Logging helps the planet?

Pub date February 10, 2010
Writersfbg
SectionGreen City

By Jobert Poblete

news@sfbg.com

The Center for Biological Diversity (CBD), an environmental group with offices in San Francisco, filed a series of lawsuits last month challenging the state’s approval of 15 logging plans it says do not adequately address greenhouse gas emissions and climate impacts. But the loggers take the opposite stance, arguing that their trees capture carbon and lessen global warming.

The logging plans submitted by Sierra Pacific Industries (SPI) involve more than 5,000 acres of forests in the Sierra Nevada and Cascade regions. With 1.7 million acres in land holdings, SPI is the largest private landowner in the state and, CBD claims, the largest clear-cutting operation.

The lawsuits, which allege violations of the California Environmental Quality Act and the Forest Practice Act, represent a new line of attack against clear-cutting in California forests. They follow greenhouse gas challenges filed by CBD in August that resulted in SPI’s withdrawal and revision of three logging plans covering 1,600 acres. Previous challenges have focused on logging’s impact on endangered species, water quality, and other environmental measures.

The lawsuits come amid legislative and regulatory efforts to reduce the state’s greenhouse gas emissions. The California Global Warming Solutions Act (or AB 32), which required the state to develop regulations to reduce emissions. So companies like SPI have begun to incorporate greenhouse gas analyses into plans they submit for state approval.

California Department of Forestry spokesperson Daniel Bearlant defended the approval of the SPI plans, insisting its heeded relevant environmental laws. SPI Director of Corporate Affairs and Sustainability Mark Pawlicki called the lawsuits “groundless” and claimed that his company’s practices actually produce net carbon benefits.

“Our harvesting results in a net sequestration rate of carbon dioxide that far exceeds any emissions that might occur,” Pawlicki told us. “The people drafting the lawsuits don’t understand carbon sequestration as well as state experts who are supported by other experts.
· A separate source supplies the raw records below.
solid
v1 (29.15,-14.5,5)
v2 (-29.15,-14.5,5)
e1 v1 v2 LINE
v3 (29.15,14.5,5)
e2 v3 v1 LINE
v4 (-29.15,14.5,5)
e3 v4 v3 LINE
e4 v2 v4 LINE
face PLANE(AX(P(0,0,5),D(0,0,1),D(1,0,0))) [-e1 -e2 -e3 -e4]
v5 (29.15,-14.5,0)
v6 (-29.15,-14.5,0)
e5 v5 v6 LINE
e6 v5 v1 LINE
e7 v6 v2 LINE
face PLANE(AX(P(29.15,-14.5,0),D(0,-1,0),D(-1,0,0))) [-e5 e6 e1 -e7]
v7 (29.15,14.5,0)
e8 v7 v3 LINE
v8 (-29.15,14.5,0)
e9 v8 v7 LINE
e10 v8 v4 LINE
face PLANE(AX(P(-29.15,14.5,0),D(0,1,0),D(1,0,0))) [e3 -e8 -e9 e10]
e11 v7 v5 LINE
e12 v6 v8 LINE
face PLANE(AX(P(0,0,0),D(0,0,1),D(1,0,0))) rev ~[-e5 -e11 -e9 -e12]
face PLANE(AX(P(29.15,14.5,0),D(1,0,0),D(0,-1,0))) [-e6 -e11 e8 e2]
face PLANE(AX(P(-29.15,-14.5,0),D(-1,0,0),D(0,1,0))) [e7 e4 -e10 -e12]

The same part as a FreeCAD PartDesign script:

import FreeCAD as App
import Part
import Sketcher

V = App.Vector
Q = App.Units.Quantity


def add_polygon(sketch, points):
    """Adds a closed chain of lines whose ends are joined by coincident constraints."""
    first, n = sketch.GeometryCount, len(points)
    for a, b in zip(points, points[1:] + points[:1]):
        sketch.addGeometry(Part.LineSegment(App.Vector(*a, 0), App.Vector(*b, 0)), False)
    for i in range(n):
        sketch.addConstraint(Sketcher.Constraint("Coincident", first + i, 2, first + (i + 1) % n, 1))

doc = App.newDocument("Part")
body = doc.addObject("PartDesign::Body", "Body")

sketch1 = body.newObject("Sketcher::SketchObject", "Sketch")
sketch1.AttachmentSupport = (doc.getObject("XY_Plane"), [""])
sketch1.MapMode = "FlatFace"
add_polygon(sketch1, [(29, 14), (-29, 14), (-29, -14), (29, -14)])
sketch1.addConstraint(Sketcher.Constraint("Horizontal", 0))
sketch1.addConstraint(Sketcher.Constraint("Vertical", 1))
sketch1.addConstraint(Sketcher.Constraint("Horizontal", 2))
sketch1.addConstraint(Sketcher.Constraint("Vertical", 3))
sketch1.addConstraint(Sketcher.Constraint("Symmetric", 0, 2, 2, 2, -1, 1))
sketch1.addConstraint(Sketcher.Constraint("DistanceX", 0, 2, 0, 1, Q("58.3 mm")))
sketch1.addConstraint(Sketcher.Constraint("DistanceY", 1, 2, 1, 1, Q("29 mm")))
pad1 = body.newObject("PartDesign::Pad", "Pad")
pad1.Profile = sketch1
pad1.Length = 5

doc.recompute()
California has the most environmentally stringent laws anywhere in the world and the most environmentally knowledgeable technical experts.”
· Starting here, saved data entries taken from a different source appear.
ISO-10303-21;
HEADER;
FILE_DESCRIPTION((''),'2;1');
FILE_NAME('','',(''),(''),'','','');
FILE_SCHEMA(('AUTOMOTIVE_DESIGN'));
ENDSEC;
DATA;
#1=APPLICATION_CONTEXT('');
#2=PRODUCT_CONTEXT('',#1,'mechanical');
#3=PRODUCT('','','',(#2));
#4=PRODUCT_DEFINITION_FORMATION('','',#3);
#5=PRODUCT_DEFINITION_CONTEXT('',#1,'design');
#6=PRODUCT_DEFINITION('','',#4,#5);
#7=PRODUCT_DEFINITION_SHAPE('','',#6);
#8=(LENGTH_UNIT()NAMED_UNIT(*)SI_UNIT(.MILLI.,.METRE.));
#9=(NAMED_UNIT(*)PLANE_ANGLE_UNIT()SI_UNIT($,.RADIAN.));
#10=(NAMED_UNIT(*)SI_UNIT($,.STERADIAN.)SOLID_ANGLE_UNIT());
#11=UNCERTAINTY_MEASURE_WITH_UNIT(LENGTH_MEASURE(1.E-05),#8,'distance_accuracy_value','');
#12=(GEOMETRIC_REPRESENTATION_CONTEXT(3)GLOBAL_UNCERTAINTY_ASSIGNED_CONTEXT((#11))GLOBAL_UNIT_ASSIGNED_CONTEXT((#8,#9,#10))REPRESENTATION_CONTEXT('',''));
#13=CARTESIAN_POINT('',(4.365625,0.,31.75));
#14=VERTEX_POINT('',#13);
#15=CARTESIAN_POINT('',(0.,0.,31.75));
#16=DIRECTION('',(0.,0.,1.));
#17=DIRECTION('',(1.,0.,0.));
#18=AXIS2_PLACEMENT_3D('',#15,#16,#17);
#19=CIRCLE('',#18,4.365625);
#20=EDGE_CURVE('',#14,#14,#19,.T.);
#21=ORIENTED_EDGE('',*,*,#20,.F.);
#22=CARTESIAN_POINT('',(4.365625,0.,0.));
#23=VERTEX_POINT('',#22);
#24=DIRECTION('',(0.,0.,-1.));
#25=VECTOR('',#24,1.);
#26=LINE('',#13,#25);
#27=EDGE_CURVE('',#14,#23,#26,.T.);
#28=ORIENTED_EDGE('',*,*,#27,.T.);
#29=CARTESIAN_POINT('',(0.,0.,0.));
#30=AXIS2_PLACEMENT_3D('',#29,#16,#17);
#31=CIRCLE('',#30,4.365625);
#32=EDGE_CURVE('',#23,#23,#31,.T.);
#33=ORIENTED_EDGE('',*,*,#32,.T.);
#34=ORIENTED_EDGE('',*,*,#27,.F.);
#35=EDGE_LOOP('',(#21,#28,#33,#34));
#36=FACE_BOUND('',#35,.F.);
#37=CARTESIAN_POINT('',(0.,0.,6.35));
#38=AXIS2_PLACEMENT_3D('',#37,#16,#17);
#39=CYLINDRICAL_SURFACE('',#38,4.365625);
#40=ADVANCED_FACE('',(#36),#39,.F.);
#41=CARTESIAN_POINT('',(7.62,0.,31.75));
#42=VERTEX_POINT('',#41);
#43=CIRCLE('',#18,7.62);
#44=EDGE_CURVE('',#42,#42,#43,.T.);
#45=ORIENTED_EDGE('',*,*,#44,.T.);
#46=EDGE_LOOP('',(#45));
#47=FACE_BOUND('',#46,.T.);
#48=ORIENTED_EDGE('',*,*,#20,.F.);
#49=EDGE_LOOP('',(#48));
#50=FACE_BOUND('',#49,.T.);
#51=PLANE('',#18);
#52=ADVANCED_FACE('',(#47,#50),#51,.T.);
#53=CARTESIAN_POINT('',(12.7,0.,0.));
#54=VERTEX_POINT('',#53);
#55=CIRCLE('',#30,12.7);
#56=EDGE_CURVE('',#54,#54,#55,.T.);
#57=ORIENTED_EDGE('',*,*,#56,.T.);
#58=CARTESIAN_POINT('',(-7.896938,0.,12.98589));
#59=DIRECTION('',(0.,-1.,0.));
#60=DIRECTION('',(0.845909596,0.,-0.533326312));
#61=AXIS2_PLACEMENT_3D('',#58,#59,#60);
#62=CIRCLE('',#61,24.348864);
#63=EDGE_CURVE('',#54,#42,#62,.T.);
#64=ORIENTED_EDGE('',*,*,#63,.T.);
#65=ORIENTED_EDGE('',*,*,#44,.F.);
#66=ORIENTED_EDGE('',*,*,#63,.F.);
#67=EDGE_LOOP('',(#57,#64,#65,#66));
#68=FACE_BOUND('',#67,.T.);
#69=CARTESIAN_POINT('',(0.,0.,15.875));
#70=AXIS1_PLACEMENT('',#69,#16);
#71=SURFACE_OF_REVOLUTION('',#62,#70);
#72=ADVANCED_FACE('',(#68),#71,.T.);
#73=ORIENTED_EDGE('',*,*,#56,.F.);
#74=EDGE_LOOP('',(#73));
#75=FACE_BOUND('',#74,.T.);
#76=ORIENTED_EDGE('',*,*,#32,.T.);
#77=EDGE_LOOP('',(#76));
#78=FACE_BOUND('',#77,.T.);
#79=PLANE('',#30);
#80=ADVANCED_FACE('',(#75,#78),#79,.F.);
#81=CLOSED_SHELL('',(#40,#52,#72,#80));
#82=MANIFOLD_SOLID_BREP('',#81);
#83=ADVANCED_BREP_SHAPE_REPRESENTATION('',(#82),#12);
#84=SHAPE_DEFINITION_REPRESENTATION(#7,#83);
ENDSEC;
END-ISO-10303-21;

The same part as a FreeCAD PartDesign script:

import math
import FreeCAD as App
import Part
import Sketcher
from FreeCAD import Vector
Q = App.Units.Quantity

doc = App.newDocument("Part")
body = doc.addObject("PartDesign::Body", "Body")

sketch1 = doc.addObject("Sketcher::SketchObject", "Sketch")
body.addObject(sketch1)
sketch1.AttachmentSupport = (doc.XZ_Plane, [""])
sketch1.MapMode = "FlatFace"
sketch1.addGeometry(Part.LineSegment(Vector(0, 32, 0), Vector(0, 0, 0)), False)
sketch1.addGeometry(Part.LineSegment(Vector(0, 0, 0), Vector(13, 0, 0)), False)
sketch1.addGeometry(Part.ArcOfCircle(Part.Circle(Vector(-8, 13, 0), Vector(0, 0, 1), 24), math.radians(-32), math.radians(50)), False)
sketch1.addGeometry(Part.LineSegment(Vector(8, 32, 0), Vector(0, 32, 0)), False)
sketch1.addConstraint(Sketcher.Constraint("Coincident", 0, 2, 1, 1))
sketch1.addConstraint(Sketcher.Constraint("Coincident", 1, 2, 2, 1))
sketch1.addConstraint(Sketcher.Constraint("Coincident", 2, 2, 3, 1))
sketch1.addConstraint(Sketcher.Constraint("Coincident", 3, 2, 0, 1))
sketch1.addConstraint(Sketcher.Constraint("Vertical", 0))
sketch1.addConstraint(Sketcher.Constraint("Horizontal", 1))
sketch1.addConstraint(Sketcher.Constraint("Horizontal", 3))
sketch1.addConstraint(Sketcher.Constraint("Coincident", 0, 2, -1, 1))
sketch1.addConstraint(Sketcher.Constraint("DistanceX", 1, 1, 1, 2, Q("0.5 in")))
sketch1.addConstraint(Sketcher.Constraint("DistanceX", 3, 2, 3, 1, Q("0.3 in")))
sketch1.addConstraint(Sketcher.Constraint("DistanceY", 0, 2, 0, 1, Q("1.25 in")))
sketch1.addConstraint(Sketcher.Constraint("Radius", 2, Q("24.348864 mm")))
revolution = doc.addObject("PartDesign::Revolution", "Revolution")
body.addObject(revolution)
revolution.Profile = sketch1
revolution.ReferenceAxis = (sketch1, ["V_Axis"])
revolution.Angle = 360

sketch2 = doc.addObject("Sketcher::SketchObject", "Sketch001")
body.addObject(sketch2)
sketch2.AttachmentSupport = (doc.XY_Plane, [""])
sketch2.MapMode = "FlatFace"
sketch2.AttachmentOffset = App.Placement(Vector(0, 0, 1.25 * 25.4), App.Rotation())
sketch2.addGeometry(Part.Circle(Vector(0, 0, 0), Vector(0, 0, 1), 4.4), False)
sketch2.addConstraint(Sketcher.Constraint("Coincident", 0, 3, -1, 1))
sketch2.addConstraint(Sketcher.Constraint("Diameter", 0, Q("0.34375 in")))
pocket1 = doc.addObject("PartDesign::Pocket", "Pocket")
body.addObject(pocket1)
pocket1.Profile = sketch2
pocket1.Length = Q("1 in")

sketch3 = doc.addObject("Sketcher::SketchObject", "Sketch002")
body.addObject(sketch3)
sketch3.AttachmentSupport = (doc.XY_Plane, [""])
sketch3.MapMode = "FlatFace"
sketch3.AttachmentOffset = App.Placement(Vector(0, 0, 0.25 * 25.4), App.Rotation())
sketch3.addGeometry(Part.Circle(Vector(0, 0, 0), Vector(0, 0, 1), 4.4), False)
sketch3.addConstraint(Sketcher.Constraint("Coincident", 0, 3, -1, 1))
sketch3.addConstraint(Sketcher.Constraint("Diameter", 0, Q("0.34375 in")))
pocket2 = doc.addObject("PartDesign::Pocket", "Pocket001")
body.addObject(pocket2)
pocket2.Profile = sketch3
pocket2.Length = Q("1 in")

doc.recompute()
Pawlicki cited state data showing that the industry acts as a net carbon sink. “In California, forestry is the only sector that has a positive effect on air quality,” he said.

CBD disputed these claims. “There are [greenhouse gas] sources and emissions that they’re not including at all,” Brian Nowicki, CBD’s California climate policy director, told us. “And there are many accounting tricks that they are using to undercount their emissions.” Nowicki pointed specifically to SPI’s failure to account for carbon emissions from soil and from the decomposition of roots and understory vegetation.

Nowicki also accused SPI of relying on unproven assumptions and processes outside its control. For example, SPI’s logging plans assume that the carbon stored in harvested wood will continue to be stored in wood products, noting that carbon is released when wood burns or rots. SPI also discounts its emissions by the amount of carbon it expects to be stored in new growth on its managed forests.

“As a result of our forest management, we are increasing the amount of stored carbon exponentially over the amount that would be stored in trees under forestry practices that did not include the investments we make in our lands,” Pawlicki said.

But Nowicki criticized SPI’s statements as nothing but a public relations move, one that could produce financial windfalls for the company as carbon offset schemes take hold. “It’s not that they’re improving their management of the forest,” Nowicki said. “They’re only reframing and repackaging the business practices they’ve been using before.”

Mark Harmon, professor of forest science at Oregon State University, echoed CBD’s criticisms, calling SPI’s claims misleading and scientifically invalid. Harmon was quoted in CBD’s lawsuit saying: “Harvesting forests generally reduces carbon stores and results in a net release of carbon to the atmosphere.”

While the science remains unsettled, CBD claims progress. Three years ago, the organization convinced the state to conduct greenhouse gas analyses. “Now,” Nowicki said, “[we’ve] established that these analyses need to be there.”